What you are asked to do —
Please reproduce the entries that follow without a single difference.

═══

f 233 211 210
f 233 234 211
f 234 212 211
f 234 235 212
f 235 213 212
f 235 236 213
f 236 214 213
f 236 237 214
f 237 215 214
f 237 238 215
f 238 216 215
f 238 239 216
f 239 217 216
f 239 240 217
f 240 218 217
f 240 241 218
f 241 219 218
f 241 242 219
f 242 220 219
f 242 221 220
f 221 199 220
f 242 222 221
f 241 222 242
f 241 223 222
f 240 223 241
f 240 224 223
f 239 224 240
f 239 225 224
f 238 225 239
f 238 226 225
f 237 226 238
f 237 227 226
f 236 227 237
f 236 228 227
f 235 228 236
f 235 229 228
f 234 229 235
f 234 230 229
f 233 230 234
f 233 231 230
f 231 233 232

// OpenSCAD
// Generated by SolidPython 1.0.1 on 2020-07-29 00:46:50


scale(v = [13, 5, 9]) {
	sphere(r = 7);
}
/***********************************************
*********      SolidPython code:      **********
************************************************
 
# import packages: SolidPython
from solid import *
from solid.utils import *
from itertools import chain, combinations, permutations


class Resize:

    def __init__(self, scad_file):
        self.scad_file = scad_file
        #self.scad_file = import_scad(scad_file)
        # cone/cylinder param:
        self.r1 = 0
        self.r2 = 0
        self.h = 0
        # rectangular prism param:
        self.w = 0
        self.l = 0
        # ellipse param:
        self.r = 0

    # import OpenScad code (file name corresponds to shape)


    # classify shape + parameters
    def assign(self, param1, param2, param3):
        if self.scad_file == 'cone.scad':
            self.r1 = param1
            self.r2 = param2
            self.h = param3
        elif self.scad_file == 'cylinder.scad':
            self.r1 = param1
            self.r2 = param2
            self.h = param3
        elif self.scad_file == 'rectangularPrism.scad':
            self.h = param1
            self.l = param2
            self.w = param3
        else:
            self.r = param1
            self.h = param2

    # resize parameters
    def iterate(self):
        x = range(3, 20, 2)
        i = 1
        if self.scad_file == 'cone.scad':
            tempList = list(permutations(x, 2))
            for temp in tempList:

═══

Result —
f 233 211 210
f 233 234 211
f 234 212 211
f 234 235 212
f 235 213 212
f 235 236 213
f 236 214 213
f 236 237 214
f 237 215 214
f 237 238 215
f 238 216 215
f 238 239 216
f 239 217 216
f 239 240 217
f 240 218 217
f 240 241 218
f 241 219 218
f 241 242 219
f 242 220 219
f 242 221 220
f 221 199 220
f 242 222 221
f 241 222 242
f 241 223 222
f 240 223 241
f 240 224 223
f 239 224 240
f 239 225 224
f 238 225 239
f 238 226 225
f 237 226 238
f 237 227 226
f 236 227 237
f 236 228 227
f 235 228 236
f 235 229 228
f 234 229 235
f 234 230 229
f 233 230 234
f 233 231 230
f 231 233 232

// OpenSCAD
// Generated by SolidPython 1.0.1 on 2020-07-29 00:46:50


scale(v = [13, 5, 9]) {
	sphere(r = 7);
}
/***********************************************
*********      SolidPython code:      **********
************************************************
 
# import packages: SolidPython
from solid import *
from solid.utils import *
from itertools import chain, combinations, permutations


class Resize:

    def __init__(self, scad_file):
        self.scad_file = scad_file
        #self.scad_file = import_scad(scad_file)
        # cone/cylinder param:
        self.r1 = 0
        self.r2 = 0
        self.h = 0
        # rectangular prism param:
        self.w = 0
        self.l = 0
        # ellipse param:
        self.r = 0

    # import OpenScad code (file name corresponds to shape)


    # classify shape + parameters
    def assign(self, param1, param2, param3):
        if self.scad_file == 'cone.scad':
            self.r1 = param1
            self.r2 = param2
            self.h = param3
        elif self.scad_file == 'cylinder.scad':
            self.r1 = param1
            self.r2 = param2
            self.h = param3
        elif self.scad_file == 'rectangularPrism.scad':
            self.h = param1
            self.l = param2
            self.w = param3
        else:
            self.r = param1
            self.h = param2

    # resize parameters
    def iterate(self):
        x = range(3, 20, 2)
        i = 1
        if self.scad_file == 'cone.scad':
            tempList = list(permutations(x, 2))
            for temp in tempList:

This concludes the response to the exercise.